Shoji and the victim, Salomon Morales, 25, were hanging out and drinking in the kitchen of a third childhood friend's garden apartment in the 2000 block of West Warner Avenue in the North Center neighborhood about 4 a.m. Tuesday, prosecutors said.

Shoji and Morales, who had known each other since elementary school, began arguing and fighting over the pot plant Shoji was growing in his mother's back yard, court documents show.

The third friend yelled at the two to get out of her apartment so she wouldn't be evicted, and was able to separate the fighting friends, prosecutors said.

Morales went outside into an alley with his beer while Shoji grabbed a knife from inside and followed him. Shoji then repeatedly stabbed his childhood friend in the left side of the chest, side and stomach, officials said.

When the third friend saw blood on the knife, Shoji immediately confessed to her that he stabbed Morales, prosecutors said.

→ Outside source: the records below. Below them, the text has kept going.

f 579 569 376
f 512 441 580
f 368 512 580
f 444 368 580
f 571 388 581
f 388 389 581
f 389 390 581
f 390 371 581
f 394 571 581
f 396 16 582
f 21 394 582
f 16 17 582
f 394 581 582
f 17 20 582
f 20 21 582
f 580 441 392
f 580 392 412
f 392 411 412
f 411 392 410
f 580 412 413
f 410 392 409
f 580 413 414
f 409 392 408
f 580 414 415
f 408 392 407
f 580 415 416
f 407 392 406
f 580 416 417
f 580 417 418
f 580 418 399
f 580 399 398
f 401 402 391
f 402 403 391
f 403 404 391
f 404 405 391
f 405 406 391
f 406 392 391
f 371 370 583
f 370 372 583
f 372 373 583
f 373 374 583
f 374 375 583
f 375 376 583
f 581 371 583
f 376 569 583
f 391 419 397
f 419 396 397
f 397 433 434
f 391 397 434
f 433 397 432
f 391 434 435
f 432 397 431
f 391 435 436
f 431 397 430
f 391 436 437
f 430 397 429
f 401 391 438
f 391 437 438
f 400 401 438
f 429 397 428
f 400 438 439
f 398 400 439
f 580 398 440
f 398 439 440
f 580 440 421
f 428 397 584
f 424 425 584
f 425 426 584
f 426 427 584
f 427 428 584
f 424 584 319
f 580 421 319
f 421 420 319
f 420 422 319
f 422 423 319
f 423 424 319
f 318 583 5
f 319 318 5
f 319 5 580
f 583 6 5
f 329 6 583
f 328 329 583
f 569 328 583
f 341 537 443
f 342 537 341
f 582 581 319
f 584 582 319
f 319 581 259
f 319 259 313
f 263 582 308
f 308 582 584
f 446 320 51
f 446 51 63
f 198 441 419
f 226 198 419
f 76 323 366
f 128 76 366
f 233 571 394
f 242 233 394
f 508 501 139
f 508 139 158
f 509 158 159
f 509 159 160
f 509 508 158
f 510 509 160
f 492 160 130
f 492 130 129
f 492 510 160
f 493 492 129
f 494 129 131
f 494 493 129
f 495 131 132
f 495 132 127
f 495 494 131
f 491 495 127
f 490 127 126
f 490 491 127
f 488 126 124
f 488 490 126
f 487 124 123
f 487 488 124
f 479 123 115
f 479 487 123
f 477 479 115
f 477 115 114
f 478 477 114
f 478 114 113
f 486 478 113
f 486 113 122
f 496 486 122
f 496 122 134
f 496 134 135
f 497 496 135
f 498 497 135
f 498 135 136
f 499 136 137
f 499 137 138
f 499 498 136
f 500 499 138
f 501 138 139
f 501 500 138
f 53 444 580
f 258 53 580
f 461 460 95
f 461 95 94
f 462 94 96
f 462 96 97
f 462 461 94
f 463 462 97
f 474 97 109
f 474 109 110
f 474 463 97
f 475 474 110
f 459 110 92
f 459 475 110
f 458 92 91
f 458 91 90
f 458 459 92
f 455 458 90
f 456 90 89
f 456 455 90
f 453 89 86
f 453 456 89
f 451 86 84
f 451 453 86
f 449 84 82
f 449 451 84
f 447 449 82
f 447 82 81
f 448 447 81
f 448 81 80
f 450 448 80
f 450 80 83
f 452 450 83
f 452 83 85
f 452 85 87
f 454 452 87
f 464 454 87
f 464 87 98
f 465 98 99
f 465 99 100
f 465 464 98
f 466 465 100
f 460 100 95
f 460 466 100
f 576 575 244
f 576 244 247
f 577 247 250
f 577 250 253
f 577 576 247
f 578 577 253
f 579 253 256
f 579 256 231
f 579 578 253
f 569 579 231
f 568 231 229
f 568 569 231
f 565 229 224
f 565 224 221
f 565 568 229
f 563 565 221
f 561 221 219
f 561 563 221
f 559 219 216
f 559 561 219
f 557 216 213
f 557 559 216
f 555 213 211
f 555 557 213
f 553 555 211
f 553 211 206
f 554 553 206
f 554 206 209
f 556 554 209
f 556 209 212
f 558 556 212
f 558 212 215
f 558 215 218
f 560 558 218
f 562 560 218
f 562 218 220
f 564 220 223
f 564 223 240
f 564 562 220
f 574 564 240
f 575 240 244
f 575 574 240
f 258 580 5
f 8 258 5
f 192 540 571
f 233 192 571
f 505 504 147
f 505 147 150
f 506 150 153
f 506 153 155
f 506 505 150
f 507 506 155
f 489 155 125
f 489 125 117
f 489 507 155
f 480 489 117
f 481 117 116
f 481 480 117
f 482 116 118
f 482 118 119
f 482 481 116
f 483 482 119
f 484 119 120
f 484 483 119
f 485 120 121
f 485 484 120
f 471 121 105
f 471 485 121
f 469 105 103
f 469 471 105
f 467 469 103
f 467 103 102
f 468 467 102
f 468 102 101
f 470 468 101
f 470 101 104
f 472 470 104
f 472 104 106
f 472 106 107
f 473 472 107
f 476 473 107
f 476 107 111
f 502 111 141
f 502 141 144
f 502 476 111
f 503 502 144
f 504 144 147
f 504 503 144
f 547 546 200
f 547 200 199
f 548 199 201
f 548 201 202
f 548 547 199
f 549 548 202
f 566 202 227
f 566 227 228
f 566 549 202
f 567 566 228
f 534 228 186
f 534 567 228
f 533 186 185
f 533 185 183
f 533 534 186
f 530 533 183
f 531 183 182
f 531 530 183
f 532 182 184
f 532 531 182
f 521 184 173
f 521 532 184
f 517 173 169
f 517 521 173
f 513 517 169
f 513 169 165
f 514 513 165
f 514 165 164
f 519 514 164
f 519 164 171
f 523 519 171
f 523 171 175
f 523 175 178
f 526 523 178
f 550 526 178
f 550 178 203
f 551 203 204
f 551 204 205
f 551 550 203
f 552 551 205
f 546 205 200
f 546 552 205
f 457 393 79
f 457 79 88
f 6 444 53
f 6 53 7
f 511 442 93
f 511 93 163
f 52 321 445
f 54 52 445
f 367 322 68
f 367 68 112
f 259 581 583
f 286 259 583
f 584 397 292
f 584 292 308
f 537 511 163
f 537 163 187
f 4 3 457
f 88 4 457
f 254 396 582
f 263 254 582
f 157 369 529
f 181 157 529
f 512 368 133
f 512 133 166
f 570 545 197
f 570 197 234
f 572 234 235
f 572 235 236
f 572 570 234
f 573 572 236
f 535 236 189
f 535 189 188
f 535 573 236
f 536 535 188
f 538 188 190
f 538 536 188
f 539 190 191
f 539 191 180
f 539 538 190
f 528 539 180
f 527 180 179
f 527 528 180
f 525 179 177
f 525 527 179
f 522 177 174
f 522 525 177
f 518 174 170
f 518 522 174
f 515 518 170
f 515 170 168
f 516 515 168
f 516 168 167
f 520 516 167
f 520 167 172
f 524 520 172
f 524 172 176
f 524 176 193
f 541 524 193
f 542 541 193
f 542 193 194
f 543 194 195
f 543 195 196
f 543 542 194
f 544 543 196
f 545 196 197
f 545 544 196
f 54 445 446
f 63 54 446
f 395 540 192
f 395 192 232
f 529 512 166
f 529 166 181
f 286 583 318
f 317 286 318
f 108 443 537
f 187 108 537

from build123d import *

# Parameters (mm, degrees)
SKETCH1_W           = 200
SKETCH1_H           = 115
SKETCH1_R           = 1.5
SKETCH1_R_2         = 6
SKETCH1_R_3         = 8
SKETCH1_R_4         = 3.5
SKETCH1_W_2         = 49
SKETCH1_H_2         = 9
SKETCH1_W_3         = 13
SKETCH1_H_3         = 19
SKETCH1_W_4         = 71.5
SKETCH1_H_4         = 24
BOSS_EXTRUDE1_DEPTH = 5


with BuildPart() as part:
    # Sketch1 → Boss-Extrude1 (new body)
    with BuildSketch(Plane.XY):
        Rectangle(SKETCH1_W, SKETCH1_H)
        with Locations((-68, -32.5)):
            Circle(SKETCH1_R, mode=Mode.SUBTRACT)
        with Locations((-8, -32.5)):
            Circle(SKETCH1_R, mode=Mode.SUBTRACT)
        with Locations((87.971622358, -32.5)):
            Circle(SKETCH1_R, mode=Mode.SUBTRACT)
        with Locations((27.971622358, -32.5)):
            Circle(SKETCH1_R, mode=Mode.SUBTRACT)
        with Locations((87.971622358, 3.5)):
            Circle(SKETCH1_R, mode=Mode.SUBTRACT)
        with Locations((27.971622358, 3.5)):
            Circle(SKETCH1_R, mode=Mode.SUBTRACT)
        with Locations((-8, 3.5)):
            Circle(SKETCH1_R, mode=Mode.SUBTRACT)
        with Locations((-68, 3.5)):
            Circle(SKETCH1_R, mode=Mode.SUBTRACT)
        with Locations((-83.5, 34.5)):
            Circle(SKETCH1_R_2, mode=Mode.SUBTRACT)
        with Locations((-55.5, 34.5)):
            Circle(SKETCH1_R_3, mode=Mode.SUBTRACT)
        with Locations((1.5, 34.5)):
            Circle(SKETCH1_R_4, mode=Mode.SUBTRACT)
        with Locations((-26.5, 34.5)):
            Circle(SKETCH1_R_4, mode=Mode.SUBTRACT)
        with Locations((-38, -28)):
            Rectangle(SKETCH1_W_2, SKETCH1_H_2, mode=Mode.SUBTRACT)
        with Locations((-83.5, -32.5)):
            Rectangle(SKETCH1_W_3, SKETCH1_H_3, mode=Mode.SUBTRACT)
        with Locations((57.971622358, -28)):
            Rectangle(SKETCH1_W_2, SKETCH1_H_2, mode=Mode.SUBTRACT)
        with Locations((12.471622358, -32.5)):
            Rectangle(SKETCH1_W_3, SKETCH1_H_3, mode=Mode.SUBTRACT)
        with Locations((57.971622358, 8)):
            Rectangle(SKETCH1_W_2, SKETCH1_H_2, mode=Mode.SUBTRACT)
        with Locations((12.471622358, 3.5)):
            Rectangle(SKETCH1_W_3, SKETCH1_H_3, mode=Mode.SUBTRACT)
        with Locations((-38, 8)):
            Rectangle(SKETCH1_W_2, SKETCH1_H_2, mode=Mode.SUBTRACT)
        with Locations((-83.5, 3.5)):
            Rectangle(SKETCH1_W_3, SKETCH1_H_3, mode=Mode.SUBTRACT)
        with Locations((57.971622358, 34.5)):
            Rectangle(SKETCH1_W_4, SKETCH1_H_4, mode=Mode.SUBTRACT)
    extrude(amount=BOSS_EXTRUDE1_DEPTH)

Morales made it the one block back to his parents' home in the 4200 block of North Damen Avenue, leaving a blood trail the whole way. He knocked on the door and collapsed on the front porch, where his parents found him. He was taken to Advocate Illinois Masonic Medical Center, where he died at 6:41 a.m., officials said.

While Morales crawled home, Shoji ran to the pot plant he had feared his friend would "snitch" about. He uprooted the 4- to 5-foot-tall shrub, leaving the bloody knife behind in his mother's back yard.

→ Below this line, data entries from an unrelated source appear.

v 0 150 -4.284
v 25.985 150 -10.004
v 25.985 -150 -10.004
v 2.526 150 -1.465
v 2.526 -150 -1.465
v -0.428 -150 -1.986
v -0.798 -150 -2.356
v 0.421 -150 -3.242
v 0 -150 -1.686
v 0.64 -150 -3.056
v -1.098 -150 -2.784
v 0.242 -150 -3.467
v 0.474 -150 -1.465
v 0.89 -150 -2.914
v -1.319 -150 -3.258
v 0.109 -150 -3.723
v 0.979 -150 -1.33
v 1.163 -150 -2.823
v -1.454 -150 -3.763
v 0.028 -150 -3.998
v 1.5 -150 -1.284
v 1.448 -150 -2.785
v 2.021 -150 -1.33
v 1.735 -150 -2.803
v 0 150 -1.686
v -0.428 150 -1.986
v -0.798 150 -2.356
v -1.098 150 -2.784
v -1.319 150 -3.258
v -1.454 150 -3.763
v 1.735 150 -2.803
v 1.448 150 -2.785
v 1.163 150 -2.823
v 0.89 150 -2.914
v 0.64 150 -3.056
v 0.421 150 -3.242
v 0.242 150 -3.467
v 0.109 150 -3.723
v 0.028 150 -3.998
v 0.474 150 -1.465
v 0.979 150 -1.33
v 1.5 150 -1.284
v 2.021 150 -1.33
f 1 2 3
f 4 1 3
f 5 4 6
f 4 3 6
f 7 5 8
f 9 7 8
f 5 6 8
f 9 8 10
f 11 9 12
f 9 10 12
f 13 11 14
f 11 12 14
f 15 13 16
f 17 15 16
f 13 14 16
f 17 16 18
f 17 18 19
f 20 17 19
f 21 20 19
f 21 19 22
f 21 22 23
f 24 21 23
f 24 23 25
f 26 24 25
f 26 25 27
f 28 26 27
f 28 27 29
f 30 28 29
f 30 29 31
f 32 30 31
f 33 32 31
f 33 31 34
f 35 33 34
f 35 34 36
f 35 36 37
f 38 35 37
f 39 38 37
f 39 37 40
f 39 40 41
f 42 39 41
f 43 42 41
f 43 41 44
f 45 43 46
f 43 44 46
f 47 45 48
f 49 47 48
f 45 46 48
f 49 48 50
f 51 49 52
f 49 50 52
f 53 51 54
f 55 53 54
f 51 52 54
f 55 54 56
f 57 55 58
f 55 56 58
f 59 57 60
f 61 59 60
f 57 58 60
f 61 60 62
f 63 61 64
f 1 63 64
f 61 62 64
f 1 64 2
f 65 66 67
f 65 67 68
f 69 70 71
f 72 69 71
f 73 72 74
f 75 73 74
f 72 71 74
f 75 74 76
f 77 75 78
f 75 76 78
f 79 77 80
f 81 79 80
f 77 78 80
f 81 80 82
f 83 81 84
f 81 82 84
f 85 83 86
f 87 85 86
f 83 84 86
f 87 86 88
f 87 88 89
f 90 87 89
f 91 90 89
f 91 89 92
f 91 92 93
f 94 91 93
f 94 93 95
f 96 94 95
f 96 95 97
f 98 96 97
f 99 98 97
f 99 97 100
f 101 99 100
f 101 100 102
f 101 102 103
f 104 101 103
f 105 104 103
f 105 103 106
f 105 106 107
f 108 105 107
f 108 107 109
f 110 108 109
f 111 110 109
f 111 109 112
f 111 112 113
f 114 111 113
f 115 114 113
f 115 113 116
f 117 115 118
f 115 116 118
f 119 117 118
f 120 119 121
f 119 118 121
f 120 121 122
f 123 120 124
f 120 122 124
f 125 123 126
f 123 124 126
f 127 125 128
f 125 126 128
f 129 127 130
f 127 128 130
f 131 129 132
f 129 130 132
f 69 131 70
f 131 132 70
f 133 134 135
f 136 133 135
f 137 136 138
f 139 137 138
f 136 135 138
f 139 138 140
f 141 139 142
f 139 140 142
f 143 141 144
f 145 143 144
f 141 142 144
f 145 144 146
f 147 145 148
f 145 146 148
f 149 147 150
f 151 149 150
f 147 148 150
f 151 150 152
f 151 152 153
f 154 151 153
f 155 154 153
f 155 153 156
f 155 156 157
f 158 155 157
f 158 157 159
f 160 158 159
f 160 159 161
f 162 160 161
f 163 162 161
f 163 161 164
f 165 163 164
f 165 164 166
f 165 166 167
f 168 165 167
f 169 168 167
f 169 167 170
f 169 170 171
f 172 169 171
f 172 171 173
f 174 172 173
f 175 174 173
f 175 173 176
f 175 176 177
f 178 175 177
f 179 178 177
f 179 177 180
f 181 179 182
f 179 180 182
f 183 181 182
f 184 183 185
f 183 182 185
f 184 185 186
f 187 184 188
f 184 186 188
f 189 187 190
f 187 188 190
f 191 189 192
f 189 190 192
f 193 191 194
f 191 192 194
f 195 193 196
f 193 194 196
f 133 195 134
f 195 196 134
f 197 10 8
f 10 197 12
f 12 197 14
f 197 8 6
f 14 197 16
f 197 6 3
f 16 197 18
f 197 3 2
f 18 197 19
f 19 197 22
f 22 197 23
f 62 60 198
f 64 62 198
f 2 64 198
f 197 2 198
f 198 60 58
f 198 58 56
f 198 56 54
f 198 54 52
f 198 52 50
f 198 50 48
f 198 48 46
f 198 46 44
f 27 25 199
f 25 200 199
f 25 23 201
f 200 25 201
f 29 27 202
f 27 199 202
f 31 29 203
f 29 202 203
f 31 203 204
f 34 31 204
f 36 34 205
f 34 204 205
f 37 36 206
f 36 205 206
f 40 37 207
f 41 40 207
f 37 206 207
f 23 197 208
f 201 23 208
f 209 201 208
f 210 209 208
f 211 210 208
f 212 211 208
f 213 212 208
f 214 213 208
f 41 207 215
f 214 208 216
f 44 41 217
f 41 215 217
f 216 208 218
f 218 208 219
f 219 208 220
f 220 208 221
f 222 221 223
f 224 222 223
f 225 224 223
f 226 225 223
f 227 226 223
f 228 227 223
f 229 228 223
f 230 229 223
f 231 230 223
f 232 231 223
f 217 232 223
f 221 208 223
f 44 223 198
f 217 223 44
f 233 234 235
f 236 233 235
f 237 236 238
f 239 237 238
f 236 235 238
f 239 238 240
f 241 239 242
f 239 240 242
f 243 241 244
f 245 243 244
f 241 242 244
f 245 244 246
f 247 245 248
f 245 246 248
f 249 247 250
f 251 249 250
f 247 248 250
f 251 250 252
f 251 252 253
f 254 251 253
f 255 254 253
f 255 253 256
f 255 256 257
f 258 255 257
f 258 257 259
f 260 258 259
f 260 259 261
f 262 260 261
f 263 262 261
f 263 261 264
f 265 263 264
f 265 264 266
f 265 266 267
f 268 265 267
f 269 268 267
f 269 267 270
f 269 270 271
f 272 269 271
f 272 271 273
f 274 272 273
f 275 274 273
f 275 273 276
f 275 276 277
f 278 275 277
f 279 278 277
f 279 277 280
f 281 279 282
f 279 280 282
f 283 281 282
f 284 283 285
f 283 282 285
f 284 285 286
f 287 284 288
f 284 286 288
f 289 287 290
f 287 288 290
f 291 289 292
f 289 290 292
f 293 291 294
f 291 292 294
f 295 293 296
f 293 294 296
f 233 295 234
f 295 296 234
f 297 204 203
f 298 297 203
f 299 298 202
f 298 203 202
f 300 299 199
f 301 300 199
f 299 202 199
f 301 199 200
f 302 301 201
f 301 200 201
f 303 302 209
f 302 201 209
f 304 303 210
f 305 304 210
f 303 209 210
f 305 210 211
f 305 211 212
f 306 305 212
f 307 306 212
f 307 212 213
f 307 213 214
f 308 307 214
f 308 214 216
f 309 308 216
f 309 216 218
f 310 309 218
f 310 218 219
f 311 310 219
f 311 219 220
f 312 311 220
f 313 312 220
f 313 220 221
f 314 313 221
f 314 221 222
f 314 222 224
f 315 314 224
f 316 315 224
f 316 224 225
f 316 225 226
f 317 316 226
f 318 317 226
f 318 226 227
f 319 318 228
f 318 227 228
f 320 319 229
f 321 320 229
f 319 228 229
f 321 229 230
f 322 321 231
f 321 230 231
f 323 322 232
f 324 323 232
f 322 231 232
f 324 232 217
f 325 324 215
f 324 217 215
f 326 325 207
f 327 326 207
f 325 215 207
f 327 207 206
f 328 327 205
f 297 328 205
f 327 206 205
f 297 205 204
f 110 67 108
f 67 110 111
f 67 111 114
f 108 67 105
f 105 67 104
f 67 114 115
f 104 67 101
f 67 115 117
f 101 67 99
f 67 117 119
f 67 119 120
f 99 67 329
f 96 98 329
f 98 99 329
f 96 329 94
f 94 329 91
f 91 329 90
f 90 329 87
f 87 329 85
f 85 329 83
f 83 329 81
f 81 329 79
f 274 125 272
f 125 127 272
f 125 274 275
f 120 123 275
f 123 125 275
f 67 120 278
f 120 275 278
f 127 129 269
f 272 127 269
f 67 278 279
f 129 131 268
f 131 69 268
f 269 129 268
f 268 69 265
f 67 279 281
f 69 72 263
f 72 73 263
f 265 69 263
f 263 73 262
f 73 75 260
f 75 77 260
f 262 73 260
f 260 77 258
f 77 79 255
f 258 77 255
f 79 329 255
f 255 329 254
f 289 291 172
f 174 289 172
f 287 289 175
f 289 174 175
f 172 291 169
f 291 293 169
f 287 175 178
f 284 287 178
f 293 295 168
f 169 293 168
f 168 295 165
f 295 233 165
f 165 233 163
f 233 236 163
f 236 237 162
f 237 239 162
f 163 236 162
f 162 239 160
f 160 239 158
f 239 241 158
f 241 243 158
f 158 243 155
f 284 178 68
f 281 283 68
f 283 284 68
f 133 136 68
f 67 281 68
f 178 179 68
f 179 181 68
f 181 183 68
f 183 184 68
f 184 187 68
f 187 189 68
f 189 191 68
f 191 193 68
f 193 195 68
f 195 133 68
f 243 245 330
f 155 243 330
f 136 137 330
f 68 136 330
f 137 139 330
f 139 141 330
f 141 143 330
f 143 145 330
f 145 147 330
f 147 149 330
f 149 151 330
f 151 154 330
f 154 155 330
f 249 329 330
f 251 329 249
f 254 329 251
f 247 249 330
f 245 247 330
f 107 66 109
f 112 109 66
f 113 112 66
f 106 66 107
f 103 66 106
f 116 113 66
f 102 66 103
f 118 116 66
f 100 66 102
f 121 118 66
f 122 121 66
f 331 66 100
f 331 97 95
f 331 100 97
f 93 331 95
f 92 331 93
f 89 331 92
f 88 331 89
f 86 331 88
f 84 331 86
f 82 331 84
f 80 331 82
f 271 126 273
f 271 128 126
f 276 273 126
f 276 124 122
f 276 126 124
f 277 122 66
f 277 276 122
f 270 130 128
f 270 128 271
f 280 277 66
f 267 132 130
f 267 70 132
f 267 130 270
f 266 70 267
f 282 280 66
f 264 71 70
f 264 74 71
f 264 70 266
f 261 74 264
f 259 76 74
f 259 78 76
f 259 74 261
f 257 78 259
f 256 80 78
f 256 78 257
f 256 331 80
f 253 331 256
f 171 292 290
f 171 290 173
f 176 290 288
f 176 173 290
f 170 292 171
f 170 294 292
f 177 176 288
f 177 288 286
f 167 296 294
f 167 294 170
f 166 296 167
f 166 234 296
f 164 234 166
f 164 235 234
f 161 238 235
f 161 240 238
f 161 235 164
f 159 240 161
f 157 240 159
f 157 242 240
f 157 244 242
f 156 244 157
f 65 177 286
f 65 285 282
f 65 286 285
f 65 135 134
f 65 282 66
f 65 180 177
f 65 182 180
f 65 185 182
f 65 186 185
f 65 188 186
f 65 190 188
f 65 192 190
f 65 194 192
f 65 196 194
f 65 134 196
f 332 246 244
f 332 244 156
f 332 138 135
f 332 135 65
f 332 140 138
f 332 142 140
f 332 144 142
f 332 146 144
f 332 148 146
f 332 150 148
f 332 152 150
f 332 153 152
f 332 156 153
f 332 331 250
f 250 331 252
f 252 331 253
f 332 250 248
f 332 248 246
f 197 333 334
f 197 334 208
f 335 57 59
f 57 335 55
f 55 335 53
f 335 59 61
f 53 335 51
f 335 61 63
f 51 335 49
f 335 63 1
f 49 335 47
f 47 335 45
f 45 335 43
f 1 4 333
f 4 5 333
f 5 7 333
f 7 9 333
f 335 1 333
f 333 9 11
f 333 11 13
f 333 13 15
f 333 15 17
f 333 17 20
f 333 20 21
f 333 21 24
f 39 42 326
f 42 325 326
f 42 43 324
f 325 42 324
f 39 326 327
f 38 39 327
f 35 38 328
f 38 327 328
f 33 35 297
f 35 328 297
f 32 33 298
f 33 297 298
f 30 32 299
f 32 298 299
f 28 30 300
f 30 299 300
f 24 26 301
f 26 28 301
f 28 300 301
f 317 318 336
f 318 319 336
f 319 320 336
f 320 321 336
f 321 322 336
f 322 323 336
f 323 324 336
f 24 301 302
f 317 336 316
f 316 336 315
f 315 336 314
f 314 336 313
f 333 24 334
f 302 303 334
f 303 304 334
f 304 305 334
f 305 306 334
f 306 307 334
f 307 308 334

He then ran back to the third friend's house, the scene of the crime, and hid in a closet with the pot plant, prosecutors said. That's where police found him, and he admitted to them that he stabbed Morales after an argument. Police recovered the knife.

Shoji was charged with first-degree murder and misdemeanor growing of marijuana, officials said.

He was ordered held without bail Thursday.